Bagikan:

JAKARTA - Juru Bicara Menteri Pertahanan Prabowo Subianto, Dahnil Anzar Simanjuntak menyesalkan tersebarnya dokumen rancangan peraturan presiden (perpres) mengenai alat pertahanan dan keamanan Kemenhan dan TNI (Alpahankam) tahun 2020-2024.

Dalam dokumen tersebut, tertulis angka yang dibutuhkan untuk membeli alutsista senilai USD 124.995.000. Jika dikonversikan dalam rupiah, besarnya  sekitar Rp1.760 triliun (Rp1,7 kuadriliun).

Pada rancangan perpres ini, disebutkan Kemenhan akan meminjam uang ke negara lain. Rencana peminjaman juga sudah tertuang dalam rancangan perpres ini.

Dahnil menuturkan, Raperpres mengenai dokumen anggaran alutsista masih dalam proses pembahasan dan pengujian mendalam, bukan dan belum menjadi keputusan final. 

"Dokumen perencanaan pertahanan tersebut adalah bagian dari rahasia negara dan dokumen internal dalam pembahasan yang masih berlangsung sehingga kami sesali ada pihak-pihak yang membocorkan," ujar Dahnil dalam keterangannya, Senin, 31 Mei.
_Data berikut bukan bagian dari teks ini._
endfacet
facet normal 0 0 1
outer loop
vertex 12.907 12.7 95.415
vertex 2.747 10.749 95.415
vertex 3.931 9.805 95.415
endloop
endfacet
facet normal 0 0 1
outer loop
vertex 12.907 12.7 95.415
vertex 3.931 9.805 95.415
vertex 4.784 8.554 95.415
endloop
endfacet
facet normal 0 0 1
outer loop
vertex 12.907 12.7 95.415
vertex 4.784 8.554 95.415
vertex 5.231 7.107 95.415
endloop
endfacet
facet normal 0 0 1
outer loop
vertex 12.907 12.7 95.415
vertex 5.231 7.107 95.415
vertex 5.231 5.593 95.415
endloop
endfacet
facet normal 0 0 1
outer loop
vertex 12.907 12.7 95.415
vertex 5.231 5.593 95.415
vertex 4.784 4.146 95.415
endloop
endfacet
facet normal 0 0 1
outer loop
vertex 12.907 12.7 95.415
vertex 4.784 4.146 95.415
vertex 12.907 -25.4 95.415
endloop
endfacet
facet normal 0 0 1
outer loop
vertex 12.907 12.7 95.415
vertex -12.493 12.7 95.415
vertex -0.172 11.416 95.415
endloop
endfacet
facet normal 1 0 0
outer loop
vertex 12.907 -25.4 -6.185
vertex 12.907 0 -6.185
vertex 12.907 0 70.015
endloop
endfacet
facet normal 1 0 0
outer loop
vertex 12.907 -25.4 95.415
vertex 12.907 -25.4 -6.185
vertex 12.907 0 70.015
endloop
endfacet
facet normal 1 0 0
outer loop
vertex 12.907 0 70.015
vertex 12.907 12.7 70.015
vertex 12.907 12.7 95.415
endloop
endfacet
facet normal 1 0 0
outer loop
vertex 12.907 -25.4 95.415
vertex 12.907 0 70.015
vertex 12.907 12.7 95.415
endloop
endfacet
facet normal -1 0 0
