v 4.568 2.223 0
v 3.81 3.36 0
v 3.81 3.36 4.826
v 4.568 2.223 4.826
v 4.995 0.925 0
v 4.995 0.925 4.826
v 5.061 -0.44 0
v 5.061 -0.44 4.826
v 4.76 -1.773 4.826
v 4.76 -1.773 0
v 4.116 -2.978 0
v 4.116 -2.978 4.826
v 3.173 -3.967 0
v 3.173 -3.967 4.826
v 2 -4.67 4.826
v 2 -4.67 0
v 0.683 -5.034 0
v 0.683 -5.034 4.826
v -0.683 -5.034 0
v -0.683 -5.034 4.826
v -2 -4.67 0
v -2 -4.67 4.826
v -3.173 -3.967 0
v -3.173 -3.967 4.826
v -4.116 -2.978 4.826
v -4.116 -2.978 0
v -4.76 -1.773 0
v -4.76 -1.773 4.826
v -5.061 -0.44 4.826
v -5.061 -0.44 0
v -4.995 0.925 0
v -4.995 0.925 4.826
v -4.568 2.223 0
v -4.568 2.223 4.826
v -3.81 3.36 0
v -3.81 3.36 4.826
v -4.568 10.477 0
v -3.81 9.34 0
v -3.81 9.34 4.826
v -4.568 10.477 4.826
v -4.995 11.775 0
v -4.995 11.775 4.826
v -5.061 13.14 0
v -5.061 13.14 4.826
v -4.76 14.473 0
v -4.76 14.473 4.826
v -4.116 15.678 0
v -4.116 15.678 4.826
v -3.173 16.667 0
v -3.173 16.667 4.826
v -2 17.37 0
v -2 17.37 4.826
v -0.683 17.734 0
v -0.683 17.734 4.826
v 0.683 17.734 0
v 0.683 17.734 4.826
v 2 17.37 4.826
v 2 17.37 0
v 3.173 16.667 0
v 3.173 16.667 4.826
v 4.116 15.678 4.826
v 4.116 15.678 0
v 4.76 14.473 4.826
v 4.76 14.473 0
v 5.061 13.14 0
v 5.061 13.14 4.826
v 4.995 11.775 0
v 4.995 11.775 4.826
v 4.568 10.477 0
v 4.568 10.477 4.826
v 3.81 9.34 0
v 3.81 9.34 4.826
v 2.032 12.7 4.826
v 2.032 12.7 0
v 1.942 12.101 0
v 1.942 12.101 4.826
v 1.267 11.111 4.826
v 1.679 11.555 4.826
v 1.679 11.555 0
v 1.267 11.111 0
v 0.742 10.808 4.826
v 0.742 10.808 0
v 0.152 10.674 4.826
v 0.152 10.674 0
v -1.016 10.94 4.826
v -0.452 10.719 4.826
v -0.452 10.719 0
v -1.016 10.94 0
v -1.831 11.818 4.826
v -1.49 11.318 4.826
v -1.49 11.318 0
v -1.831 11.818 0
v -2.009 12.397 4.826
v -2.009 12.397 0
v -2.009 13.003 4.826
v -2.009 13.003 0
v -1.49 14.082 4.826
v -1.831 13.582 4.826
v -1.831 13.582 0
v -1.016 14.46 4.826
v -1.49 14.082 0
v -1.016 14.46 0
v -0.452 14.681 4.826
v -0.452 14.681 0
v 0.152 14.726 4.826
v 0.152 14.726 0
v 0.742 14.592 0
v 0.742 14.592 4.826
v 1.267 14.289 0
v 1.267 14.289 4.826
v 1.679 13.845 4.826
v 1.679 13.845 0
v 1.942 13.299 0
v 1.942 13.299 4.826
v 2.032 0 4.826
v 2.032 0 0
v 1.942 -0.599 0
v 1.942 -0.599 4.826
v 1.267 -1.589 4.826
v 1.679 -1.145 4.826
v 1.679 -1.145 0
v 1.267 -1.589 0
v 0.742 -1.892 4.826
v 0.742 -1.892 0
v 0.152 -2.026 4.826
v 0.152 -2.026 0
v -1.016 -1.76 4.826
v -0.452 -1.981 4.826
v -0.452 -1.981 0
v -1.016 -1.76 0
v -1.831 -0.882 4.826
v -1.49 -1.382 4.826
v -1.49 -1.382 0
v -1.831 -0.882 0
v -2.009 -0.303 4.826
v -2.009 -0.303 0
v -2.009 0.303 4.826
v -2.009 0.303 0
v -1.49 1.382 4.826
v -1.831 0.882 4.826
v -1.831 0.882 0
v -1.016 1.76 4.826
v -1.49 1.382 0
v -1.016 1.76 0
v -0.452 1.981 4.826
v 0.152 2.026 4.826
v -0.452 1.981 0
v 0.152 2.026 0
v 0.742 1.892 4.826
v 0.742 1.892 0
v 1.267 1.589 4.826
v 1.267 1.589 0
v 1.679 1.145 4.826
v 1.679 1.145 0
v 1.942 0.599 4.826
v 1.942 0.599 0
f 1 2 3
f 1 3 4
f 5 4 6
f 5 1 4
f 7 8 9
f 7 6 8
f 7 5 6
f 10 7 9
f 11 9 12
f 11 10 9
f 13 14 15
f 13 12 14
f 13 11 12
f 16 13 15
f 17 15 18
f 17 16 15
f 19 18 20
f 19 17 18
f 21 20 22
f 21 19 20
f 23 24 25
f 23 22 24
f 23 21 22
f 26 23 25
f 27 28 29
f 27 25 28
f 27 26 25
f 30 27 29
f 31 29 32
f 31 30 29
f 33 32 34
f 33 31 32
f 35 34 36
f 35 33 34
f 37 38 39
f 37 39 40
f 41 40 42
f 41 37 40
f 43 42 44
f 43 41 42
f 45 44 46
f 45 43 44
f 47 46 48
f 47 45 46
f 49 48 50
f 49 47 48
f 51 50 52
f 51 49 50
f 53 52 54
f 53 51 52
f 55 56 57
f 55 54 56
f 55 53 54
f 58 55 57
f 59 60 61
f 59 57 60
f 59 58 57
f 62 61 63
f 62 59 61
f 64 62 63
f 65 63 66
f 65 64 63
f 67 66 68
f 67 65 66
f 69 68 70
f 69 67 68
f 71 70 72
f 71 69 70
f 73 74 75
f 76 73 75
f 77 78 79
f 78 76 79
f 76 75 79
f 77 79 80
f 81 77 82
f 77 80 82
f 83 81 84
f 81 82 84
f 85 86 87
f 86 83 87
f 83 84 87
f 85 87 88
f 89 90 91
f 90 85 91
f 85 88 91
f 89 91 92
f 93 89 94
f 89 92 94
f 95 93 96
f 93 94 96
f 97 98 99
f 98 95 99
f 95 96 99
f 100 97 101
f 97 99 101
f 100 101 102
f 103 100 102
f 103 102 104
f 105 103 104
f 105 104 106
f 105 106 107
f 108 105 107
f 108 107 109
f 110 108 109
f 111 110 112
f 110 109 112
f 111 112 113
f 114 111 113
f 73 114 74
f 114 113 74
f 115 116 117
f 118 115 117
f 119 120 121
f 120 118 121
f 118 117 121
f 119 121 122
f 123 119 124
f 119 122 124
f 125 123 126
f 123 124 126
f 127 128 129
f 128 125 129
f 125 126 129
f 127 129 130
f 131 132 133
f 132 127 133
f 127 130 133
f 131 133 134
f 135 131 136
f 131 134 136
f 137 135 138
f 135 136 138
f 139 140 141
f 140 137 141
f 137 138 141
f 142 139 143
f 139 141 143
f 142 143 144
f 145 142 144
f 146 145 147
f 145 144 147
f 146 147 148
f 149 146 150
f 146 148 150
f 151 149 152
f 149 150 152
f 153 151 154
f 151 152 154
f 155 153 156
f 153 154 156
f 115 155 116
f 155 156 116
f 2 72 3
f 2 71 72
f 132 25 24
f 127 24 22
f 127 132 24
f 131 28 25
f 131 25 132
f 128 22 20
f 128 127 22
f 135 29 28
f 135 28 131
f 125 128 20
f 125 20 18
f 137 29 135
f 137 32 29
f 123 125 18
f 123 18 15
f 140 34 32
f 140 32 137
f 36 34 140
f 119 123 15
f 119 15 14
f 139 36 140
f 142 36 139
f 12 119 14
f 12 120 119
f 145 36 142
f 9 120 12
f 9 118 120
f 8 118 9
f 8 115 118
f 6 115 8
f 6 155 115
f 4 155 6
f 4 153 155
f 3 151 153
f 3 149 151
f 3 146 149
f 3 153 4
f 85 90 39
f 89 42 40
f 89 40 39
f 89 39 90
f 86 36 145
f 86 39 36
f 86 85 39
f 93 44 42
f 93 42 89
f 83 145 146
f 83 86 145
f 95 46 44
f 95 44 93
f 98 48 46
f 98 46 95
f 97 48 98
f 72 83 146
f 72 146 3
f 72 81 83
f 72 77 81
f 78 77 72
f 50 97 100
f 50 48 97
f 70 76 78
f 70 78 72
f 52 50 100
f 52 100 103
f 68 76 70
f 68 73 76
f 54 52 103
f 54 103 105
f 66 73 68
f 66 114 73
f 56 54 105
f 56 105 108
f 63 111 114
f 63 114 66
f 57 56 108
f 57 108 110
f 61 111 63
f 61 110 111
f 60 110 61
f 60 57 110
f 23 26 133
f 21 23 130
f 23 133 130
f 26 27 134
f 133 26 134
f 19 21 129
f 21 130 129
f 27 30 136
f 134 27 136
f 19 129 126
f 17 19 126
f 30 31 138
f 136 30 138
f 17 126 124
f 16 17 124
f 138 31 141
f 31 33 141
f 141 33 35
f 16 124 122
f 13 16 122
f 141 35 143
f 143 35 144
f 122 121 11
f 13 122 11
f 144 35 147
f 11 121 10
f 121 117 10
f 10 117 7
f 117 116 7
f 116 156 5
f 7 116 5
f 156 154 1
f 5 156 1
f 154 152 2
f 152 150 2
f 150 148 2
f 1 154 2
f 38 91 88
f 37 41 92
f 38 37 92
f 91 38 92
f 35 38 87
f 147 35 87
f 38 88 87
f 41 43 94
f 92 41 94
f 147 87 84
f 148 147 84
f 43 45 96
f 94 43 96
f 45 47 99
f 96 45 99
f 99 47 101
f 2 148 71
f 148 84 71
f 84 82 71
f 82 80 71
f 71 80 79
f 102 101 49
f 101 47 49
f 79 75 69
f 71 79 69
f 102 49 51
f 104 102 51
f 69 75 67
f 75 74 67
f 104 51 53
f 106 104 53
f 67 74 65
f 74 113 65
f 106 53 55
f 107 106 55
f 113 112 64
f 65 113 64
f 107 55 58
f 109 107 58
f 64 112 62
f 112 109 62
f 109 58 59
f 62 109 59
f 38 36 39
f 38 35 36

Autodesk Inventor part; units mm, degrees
ref_plane "YZ Plane" through (0, 0, 0) normal (1, 0, 0) x (0, 1, 0)
ref_plane "XZ Plane" through (0, 0, 0) normal (0, 1, 0) x (-1, 0, 0)
ref_plane "XY Plane" through (0, 0, 0) normal (0, 0, 1) x (1, 0, 0)
sketch "Sketch1" plane through (0, 0, 0) normal (0, 0, 1) x (1, 0, 0)
  circle A0 centre (0, 0) radius 2.032
  arc A1 (-3.81, 3.3601) -> (3.81, 3.3601) centre (0, 0) ccw
  line L0 (-3.81, 3.3601) -> (-3.81, 9.3399)
  circle A2 centre (0, 12.7) radius 2.032
  arc A3 (3.81, 9.3399) -> (-3.81, 9.3399) centre (0, 12.7) ccw
  line L1 (3.81, 9.3399) -> (3.81, 3.3601)
  point P0 (-3.81, 6.35)
  dimension "d0" = 4.064
  dimension "d1" = 10.16
  dimension "d3" = 4.064
  dimension "d5" = 12.7
  dimension "d31" = 5.08
  dimension "d34" = 7.62
  dimension "d35" = 3.81
extrude "Extrusion1" add sketch "Sketch1" along normal blind 4.826
equation "\"d0\" = d3"
equation "\"d35\" = 0.5 * d34"
properties part number "Arm 1"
Dahnil menuding motif sang pembocor adalah menjadikan dokumen tersebut menjadi alat untuk mengembangkan kebencian politik. Dahnil bilang pihaknya akan mencari tahu siapa pembocor tersebut.

"Tentu Kementerian Pertahanan akan bersikap tegas untuk mengusut siapa yang bertanggung jawab menyebarkan dokumen tersebut sehingga menjadi simpang siur di publik," tegasnya.
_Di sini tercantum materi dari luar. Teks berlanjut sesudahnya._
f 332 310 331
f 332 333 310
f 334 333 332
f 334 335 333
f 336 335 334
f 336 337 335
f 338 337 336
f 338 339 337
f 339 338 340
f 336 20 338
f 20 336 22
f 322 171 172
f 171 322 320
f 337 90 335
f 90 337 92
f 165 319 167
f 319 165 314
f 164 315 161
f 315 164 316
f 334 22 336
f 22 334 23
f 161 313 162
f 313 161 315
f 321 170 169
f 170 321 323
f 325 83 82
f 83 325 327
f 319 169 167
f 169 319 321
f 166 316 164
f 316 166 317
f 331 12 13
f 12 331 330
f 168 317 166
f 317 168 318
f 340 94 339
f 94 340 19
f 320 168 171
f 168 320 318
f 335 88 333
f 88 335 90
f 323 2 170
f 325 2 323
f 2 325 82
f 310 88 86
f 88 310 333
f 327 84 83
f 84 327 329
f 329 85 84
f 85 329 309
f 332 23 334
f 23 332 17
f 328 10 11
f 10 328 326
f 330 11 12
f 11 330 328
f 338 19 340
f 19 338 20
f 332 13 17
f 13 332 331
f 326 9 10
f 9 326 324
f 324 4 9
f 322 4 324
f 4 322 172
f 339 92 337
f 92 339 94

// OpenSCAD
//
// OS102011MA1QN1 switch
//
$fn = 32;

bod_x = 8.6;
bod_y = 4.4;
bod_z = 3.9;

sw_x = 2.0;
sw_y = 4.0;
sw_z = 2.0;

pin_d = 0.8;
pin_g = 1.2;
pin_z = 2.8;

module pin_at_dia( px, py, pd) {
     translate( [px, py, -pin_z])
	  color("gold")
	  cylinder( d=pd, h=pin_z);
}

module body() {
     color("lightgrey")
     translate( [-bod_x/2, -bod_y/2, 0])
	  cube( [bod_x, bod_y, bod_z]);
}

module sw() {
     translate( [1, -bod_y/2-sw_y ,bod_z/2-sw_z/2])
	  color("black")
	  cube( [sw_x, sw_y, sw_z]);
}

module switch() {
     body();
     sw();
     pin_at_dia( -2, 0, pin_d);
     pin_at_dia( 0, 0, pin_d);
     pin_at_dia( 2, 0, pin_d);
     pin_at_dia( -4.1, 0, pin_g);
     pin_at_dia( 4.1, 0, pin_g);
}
Menurut Dahnil, sesuai dengan arahan Presiden Jokowi, Prabowo ingin membeli alpahankam dengan lebih modern. Sebab, 60 persen alpahankam milik Indonesia sudah usang.
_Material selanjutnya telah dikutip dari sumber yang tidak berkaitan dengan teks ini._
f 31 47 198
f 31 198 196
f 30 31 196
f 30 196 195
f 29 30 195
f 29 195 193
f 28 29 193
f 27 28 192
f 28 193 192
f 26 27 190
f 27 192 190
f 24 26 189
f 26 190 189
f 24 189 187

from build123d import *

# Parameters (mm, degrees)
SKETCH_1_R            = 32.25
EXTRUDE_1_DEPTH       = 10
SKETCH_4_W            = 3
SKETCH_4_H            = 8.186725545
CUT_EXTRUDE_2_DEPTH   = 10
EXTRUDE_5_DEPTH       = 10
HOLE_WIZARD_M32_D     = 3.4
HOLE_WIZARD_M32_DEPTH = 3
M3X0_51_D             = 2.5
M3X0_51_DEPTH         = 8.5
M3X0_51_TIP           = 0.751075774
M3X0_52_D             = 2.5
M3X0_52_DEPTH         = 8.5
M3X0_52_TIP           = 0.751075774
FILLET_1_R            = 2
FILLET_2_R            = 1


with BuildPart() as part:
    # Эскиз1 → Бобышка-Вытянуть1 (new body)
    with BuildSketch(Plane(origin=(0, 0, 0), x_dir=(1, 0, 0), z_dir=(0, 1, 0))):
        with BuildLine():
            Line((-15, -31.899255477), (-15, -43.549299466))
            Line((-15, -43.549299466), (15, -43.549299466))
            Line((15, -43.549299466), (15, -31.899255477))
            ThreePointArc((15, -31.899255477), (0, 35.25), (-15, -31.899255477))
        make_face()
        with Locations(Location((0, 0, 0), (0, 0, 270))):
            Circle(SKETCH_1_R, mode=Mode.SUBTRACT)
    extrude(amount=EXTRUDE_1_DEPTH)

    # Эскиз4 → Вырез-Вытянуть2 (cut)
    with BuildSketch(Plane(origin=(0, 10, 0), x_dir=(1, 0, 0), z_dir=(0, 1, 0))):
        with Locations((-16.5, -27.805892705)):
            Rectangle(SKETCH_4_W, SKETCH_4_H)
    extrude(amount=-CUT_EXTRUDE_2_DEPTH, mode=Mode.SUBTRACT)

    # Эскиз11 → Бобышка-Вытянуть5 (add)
"Dengan demikian, modernisasi alpalhankam adalah keniscayaan, karena pertahanan yang kuat terkait dengan kedaulatan negara dan keutuhan wilayahan NKRI serta keselamatan bangsa harus terus terjaga dalam jangka panjang. Oleh sebab itu, Kementerian Pertahanan mengajukan sebuah formula modernisasi alpahankam melalui reorganisasi belanja dan pembiayaan Alpahankam," jelas Dahnil.

Selain itu, pembiayaan yang dibutuhkan masih dalam pembahasan dan bersumber dari pinjaman luar negeri. Nilainya, kata Dahnil, dipastikan tidak akan membebani APBN.

"Dalam arti, tidak akan mengurangi alokasi belanja lainnya dalam APBN yang menjadi prioritas pembangunan nasional," ungkap Dahnil.

"Mengapa? Karena pinjaman yang kemungkinan akan diberikan oleh beberapa negara ini diberikan dalam tenor yang panjang dan bunga sangat kecil, serta proses pembayarannya menggunakan alokasi anggaran Kemhan yang setiap tahun yang memang sudah dialokasikan di APBN, dengan asumsi alokasi anggaran Kemhan di APBN konsisten sekitar 0,8 persen dari PDB selama 25 tahun ke depan," lanjutnya.